In June 2025, Homburg was convicted by a German court for using the slogan of the Nazi paramilitary organization SA, "Alles für Deutschland" ("Everything for Germany"), on a charge of using symbols of unconstitutional organizations under Sections 86a and 86 of the German Criminal Code. The court found that Homburg had deliberately used a symbol of the Nazi era in order to make it socially acceptable. It imposed a fine of 10,400 euros. Homburg has appealed against the judgment.

==Selected publications==
- A Study in Monetary Macroeconomics, Oxford University Press 2017, ISBN 978-0-19-880753-7.

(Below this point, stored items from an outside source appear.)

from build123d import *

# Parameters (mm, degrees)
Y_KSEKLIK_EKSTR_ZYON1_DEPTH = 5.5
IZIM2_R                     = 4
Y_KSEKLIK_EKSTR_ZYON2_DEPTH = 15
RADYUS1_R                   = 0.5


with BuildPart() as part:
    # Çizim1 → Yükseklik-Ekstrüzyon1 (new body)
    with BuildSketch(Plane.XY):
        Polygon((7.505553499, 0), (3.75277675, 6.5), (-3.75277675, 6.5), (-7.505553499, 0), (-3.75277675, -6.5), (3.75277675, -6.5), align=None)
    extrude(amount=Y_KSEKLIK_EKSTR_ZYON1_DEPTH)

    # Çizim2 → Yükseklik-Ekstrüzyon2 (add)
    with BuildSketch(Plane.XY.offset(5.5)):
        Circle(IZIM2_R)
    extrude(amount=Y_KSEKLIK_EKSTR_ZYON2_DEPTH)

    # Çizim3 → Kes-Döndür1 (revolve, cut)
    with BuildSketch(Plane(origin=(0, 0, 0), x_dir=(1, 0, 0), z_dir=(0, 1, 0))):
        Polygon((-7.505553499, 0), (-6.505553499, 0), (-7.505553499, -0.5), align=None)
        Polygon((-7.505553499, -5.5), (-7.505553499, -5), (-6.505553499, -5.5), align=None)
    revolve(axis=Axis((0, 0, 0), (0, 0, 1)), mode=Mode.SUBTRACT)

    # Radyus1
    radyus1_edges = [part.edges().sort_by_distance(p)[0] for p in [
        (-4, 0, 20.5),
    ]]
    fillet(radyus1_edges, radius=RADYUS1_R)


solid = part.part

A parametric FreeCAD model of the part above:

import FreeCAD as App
import Part
import Sketcher

V = App.Vector
Q = App.Units.Quantity


def edges_at(feature, points):
    """Names of the edges that pass closest to the given points."""
    edges = feature.Shape.Edges
    near = lambda p: min(range(len(edges)), key=lambda i: edges[i].distToShape(Part.Vertex(*p))[0])
    return sorted({f"Edge{near(p) + 1}" for p in points})

doc = App.newDocument("Part")
body = doc.addObject("PartDesign::Body", "Body")

# Sketch on XY plane
sketch1 = body.newObject("Sketcher::SketchObject", "Sketch")
sketch1.AttachmentSupport = (doc.getObject("XY_Plane"), [""])
sketch1.MapMode = "FlatFace"
sketch1.addGeometry(Part.LineSegment(V(8, 0, 0), V(4, 6, 0)), False)
sketch1.addGeometry(Part.LineSegment(V(4, 6, 0), V(-4, 6, 0)), False)
sketch1.addGeometry(Part.LineSegment(V(-4, 6, 0), V(-8, 0, 0)), False)
sketch1.addGeometry(Part.LineSegment(V(-8, 0, 0), V(-4, -6, 0)), False)
sketch1.addGeometry(Part.LineSegment(V(-4, -6, 0), V(4, -6, 0)), False)
sketch1.addGeometry(Part.LineSegment(V(4, -6, 0), V(8, 0, 0)), False)
sketch1.addConstraint(Sketcher.Constraint("Coincident", 0, 2, 1, 1))
sketch1.addConstraint(Sketcher.Constraint("Coincident", 1, 2, 2, 1))
sketch1.addConstraint(Sketcher.Constraint("Coincident", 2, 2, 3, 1))
sketch1.addConstraint(Sketcher.Constraint("Coincident", 3, 2, 4, 1))
sketch1.addConstraint(Sketcher.Constraint("Coincident", 4, 2, 5, 1))
sketch1.addConstraint(Sketcher.Constraint("Coincident", 5, 2, 0, 1))
sketch1.addConstraint(Sketcher.Constraint("Horizontal", 1))
sketch1.addConstraint(Sketcher.Constraint("Horizontal", 4))
sketch1.addConstraint(Sketcher.Constraint("Symmetric", 0, 2, 3, 2, -1, 1))
sketch1.addConstraint(Sketcher.Constraint("Symmetric", 2, 2, 5, 2, -1, 1))
sketch1.addConstraint(Sketcher.Constraint("PointOnObject", 2, 2, -1))
sketch1.addConstraint(Sketcher.Constraint("Parallel", 2, 5))
sketch1.addConstraint(Sketcher.Constraint("Vertical", 1, 2, 3, 2))
sketch1.addConstraint(Sketcher.Constraint("Angle", 0, Q("120 deg")))
sketch1.addConstraint(Sketcher.Constraint("DistanceY", 3, 2, 1, 2, 13.0))
sketch1.addConstraint(Sketcher.Constraint("DistanceX", 1, 2, 1, 1, 7.505554))
pad1 = body.newObject("PartDesign::Pad", "Pad")
pad1.Profile = sketch1
pad1.Length = 5.5

# Sketch on XY plane
sketch2 = body.newObject("Sketcher::SketchObject", "Sketch001")
sketch2.AttachmentSupport = (doc.getObject("XY_Plane"), [""])
sketch2.MapMode = "FlatFace"
sketch2.AttachmentOffset = App.Placement(V(0, 0, 5.5), App.Rotation())
sketch2.addGeometry(Part.Circle(V(0, 0, 0), V(0, 0, 1), 4), False)
sketch2.addConstraint(Sketcher.Constraint("Coincident", 0, 3, -1, 1))
sketch2.addConstraint(Sketcher.Constraint("Diameter", 0, 8.0))
pad2 = body.newObject("PartDesign::Pad", "Pad001")
pad2.Profile = sketch2
pad2.Length = 15

# Sketch on XZ plane
sketch3 = body.newObject("Sketcher::SketchObject", "Sketch002")
sketch3.AttachmentSupport = (doc.getObject("XZ_Plane"), [""])
sketch3.MapMode = "FlatFace"
sketch3.addGeometry(Part.LineSegment(V(-6.5, 0, 0), V(-7.5, 0, 0)), False)
sketch3.addGeometry(Part.LineSegment(V(-7.5, 0, 0), V(-7.5, 0.5, 0)), False)
sketch3.addGeometry(Part.LineSegment(V(-7.5, 0.5, 0), V(-6.5, 0, 0)), False)
sketch3.addGeometry(Part.LineSegment(V(-7.5, 5, 0), V(-7.5, 5.5, 0)), False)
sketch3.addGeometry(Part.LineSegment(V(-7.5, 5.5, 0), V(-6.5, 5.5, 0)), False)
sketch3.addGeometry(Part.LineSegment(V(-6.5, 5.5, 0), V(-7.5, 5, 0)), False)
sketch3.addConstraint(Sketcher.Constraint("Coincident", 0, 2, 1, 1))
sketch3.addConstraint(Sketcher.Constraint("Coincident", 1, 2, 2, 1))
sketch3.addConstraint(Sketcher.Constraint("Coincident", 2, 2, 0, 1))
sketch3.addConstraint(Sketcher.Constraint("Coincident", 3, 2, 4, 1))
sketch3.addConstraint(Sketcher.Constraint("Coincident", 4, 2, 5, 1))
sketch3.addConstraint(Sketcher.Constraint("Coincident", 5, 2, 3, 1))
sketch3.addConstraint(Sketcher.Constraint("Horizontal", 0))
sketch3.addConstraint(Sketcher.Constraint("Vertical", 1))
sketch3.addConstraint(Sketcher.Constraint("Vertical", 3))
sketch3.addConstraint(Sketcher.Constraint("Horizontal", 4))
sketch3.addConstraint(Sketcher.Constraint("PointOnObject", 0, 2, -1))
sketch3.addConstraint(Sketcher.Constraint("Vertical", 1, 2, 3, 2))
sketch3.addConstraint(Sketcher.Constraint("Vertical", 2, 2, 4, 2))
sketch3.addConstraint(Sketcher.Constraint("Equal", 1, 3))
sketch3.addConstraint(Sketcher.Constraint("DistanceX", 0, 2, 0, 1, 1.0))
sketch3.addConstraint(Sketcher.Constraint("DistanceY", 1, 1, 1, 2, 0.5))
sketch3.addConstraint(Sketcher.Constraint("DistanceY", -1, 1, 5, 2, 5.0))
sketch3.addConstraint(Sketcher.Constraint("DistanceX", 0, 2, -1, 1, 7.505553))
groove = body.newObject("PartDesign::Groove", "Groove")
groove.Profile = sketch3
groove.ReferenceAxis = (sketch3, ["V_Axis"])
groove.Angle = 360
doc.recompute()

fillet = body.newObject("PartDesign::Fillet", "Fillet")
fillet.Base = (groove, edges_at(groove, [(-4, 0, 20.5)]))
fillet.Radius = 0.5

doc.recompute()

- Steuerlehre, 7th ed. Vahlen 2015, ISBN 978-3-8006-4922-8.
- Compulsory Savings in the Welfare State. Journal of Public Economics 77, 2000, pp. 233–239.
- Interest and Growth in an Economy with Land. Canadian Journal of Economics 24, 1991, pp. 450–459.

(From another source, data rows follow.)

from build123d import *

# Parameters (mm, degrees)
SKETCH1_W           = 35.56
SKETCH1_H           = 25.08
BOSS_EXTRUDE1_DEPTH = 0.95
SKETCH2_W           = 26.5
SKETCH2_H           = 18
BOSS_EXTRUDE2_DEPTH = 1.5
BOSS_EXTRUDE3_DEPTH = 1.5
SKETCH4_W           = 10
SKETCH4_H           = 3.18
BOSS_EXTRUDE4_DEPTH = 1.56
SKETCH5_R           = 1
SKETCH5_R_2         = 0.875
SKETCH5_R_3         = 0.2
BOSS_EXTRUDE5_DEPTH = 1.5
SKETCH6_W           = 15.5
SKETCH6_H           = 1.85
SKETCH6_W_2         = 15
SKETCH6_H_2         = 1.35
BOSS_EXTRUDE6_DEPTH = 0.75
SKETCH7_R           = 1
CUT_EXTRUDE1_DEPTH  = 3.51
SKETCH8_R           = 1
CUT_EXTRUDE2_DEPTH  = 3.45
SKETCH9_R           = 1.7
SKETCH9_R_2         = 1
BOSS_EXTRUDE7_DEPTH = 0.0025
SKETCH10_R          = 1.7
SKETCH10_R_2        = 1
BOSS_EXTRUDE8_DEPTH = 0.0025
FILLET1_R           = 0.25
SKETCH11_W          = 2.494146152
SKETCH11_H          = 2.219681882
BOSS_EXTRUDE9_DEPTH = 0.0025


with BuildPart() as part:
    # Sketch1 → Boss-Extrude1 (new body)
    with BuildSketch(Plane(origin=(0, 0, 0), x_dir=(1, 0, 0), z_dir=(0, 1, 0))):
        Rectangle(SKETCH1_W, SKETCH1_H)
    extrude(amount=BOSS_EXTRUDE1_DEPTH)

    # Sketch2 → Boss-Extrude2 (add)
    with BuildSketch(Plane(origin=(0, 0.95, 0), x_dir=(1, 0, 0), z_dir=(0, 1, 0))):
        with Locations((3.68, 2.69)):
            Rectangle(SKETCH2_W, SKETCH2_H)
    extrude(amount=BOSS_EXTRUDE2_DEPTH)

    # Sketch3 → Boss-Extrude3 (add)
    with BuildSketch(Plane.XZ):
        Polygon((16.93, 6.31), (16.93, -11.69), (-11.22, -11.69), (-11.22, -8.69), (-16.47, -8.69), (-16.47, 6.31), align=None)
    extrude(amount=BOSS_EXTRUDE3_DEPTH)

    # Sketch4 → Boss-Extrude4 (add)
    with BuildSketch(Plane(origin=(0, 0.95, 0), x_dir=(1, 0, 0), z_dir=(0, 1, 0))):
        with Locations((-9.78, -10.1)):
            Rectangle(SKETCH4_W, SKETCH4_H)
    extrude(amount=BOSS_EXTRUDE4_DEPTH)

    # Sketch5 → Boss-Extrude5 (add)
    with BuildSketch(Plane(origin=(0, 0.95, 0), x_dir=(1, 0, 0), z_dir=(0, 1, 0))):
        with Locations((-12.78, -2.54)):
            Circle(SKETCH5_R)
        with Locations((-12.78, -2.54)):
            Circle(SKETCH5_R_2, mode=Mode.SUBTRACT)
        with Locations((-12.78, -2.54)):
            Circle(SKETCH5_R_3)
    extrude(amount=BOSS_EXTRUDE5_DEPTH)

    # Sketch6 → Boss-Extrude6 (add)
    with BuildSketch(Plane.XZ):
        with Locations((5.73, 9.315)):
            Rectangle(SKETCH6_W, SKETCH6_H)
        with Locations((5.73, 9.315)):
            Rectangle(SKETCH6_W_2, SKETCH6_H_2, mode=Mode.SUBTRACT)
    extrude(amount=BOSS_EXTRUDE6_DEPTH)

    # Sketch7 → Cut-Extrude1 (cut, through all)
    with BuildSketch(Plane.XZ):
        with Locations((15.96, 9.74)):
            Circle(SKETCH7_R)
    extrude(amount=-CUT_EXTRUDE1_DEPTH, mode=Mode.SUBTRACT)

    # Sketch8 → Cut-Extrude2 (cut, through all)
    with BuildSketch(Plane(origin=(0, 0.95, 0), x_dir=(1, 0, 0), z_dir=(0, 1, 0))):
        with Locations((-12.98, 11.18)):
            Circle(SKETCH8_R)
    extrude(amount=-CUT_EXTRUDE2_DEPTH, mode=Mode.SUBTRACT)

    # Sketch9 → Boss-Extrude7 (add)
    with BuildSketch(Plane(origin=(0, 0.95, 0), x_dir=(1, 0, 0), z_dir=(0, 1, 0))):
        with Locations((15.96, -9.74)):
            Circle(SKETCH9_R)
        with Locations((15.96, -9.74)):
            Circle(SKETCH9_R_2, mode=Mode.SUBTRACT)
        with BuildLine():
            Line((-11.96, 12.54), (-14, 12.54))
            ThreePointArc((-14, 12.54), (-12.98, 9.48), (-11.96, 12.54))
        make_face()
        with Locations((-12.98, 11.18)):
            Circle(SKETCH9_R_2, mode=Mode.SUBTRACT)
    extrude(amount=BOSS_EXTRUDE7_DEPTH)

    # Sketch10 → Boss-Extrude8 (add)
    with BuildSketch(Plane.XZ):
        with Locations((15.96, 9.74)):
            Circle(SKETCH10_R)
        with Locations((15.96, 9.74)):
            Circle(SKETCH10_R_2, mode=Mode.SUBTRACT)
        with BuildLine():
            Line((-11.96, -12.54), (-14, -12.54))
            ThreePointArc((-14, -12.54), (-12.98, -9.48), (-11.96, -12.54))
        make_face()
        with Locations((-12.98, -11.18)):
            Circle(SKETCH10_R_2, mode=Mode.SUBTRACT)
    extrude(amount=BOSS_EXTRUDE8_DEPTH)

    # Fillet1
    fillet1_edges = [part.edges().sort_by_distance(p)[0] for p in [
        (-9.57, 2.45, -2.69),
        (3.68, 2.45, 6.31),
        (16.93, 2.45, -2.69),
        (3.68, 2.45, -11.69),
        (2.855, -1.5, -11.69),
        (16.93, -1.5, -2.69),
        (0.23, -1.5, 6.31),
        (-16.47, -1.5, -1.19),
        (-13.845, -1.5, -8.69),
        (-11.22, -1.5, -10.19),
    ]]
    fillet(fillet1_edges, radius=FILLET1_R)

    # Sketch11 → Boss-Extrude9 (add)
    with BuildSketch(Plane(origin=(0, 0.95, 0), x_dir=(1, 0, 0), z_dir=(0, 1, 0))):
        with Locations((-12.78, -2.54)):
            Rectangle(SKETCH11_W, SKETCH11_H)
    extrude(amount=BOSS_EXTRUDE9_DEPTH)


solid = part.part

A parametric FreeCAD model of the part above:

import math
import FreeCAD as App
import Part
import Sketcher

V = App.Vector


def edges_at(feature, points):
    """Names of the edges that pass closest to the given points."""
    edges = feature.Shape.Edges
    near = lambda p: min(range(len(edges)), key=lambda i: edges[i].distToShape(Part.Vertex(*p))[0])
    return sorted({f"Edge{near(p) + 1}" for p in points})


def add_polygon(sketch, points):
    """Adds a closed chain of lines whose ends are joined by coincident constraints."""
    first, n = sketch.GeometryCount, len(points)
    for a, b in zip(points, points[1:] + points[:1]):
        sketch.addGeometry(Part.LineSegment(App.Vector(*a, 0), App.Vector(*b, 0)), False)
    for i in range(n):
        sketch.addConstraint(Sketcher.Constraint("Coincident", first + i, 2, first + (i + 1) % n, 1))

doc = App.newDocument("Part")
body = doc.addObject("PartDesign::Body", "Body")

# Sketch on XZ plane
sketch1 = body.newObject("Sketcher::SketchObject", "Sketch")
sketch1.AttachmentSupport = (doc.getObject("XZ_Plane"), [""])
sketch1.MapMode = "FlatFace"
add_polygon(sketch1, [(-17.78, -12.54), (-17.78, 12.54), (17.78, 12.54), (17.78, -12.54)])  # lines 0-3
sketch1.addConstraint([
    Sketcher.Constraint("Vertical", 0),
    Sketcher.Constraint("Horizontal", 1),
    Sketcher.Constraint("Vertical", 2),
    Sketcher.Constraint("Horizontal", 3),
    Sketcher.Constraint("Symmetric", 0, 2, 2, 2, -1, 1),
    Sketcher.Constraint("DistanceX", 1, 1, 1, 2, 35.56),
    Sketcher.Constraint("DistanceY", 0, 1, 0, 2, 25.08),
])
pad1 = body.newObject("PartDesign::Pad", "Pad")
pad1.Profile = sketch1
pad1.Length = 0.95
pad1.Reversed = True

- Coping With Rational Prodigals. Economica 73, 2006, pp. 47–58.
- Explaining the Rise and Decline of the Dollar Kyklos 43, 1990, pp. 53–68 (mit J. Hoffmann).
- Property Taxes and Dynamic Efficiency: A Correction. Economics Letters 123, 2014, pp. 327–328.
- The Efficiency of Unfunded Pension Schemes. Journal of Institutional and Theoretical Economics 146, 1990, pp. 640–647.
- Overaccumulation, Public Debt and the Importance of Land. German Economic Review 15, 2014, pp. 411–435.
- Competition and Co-ordination in International Capital Income Taxation. FinanzArchiv 56, 1999, pp. 1–17.
- What Caused the Great Recession? Review of Economics 66, 2015, pp. 1–12.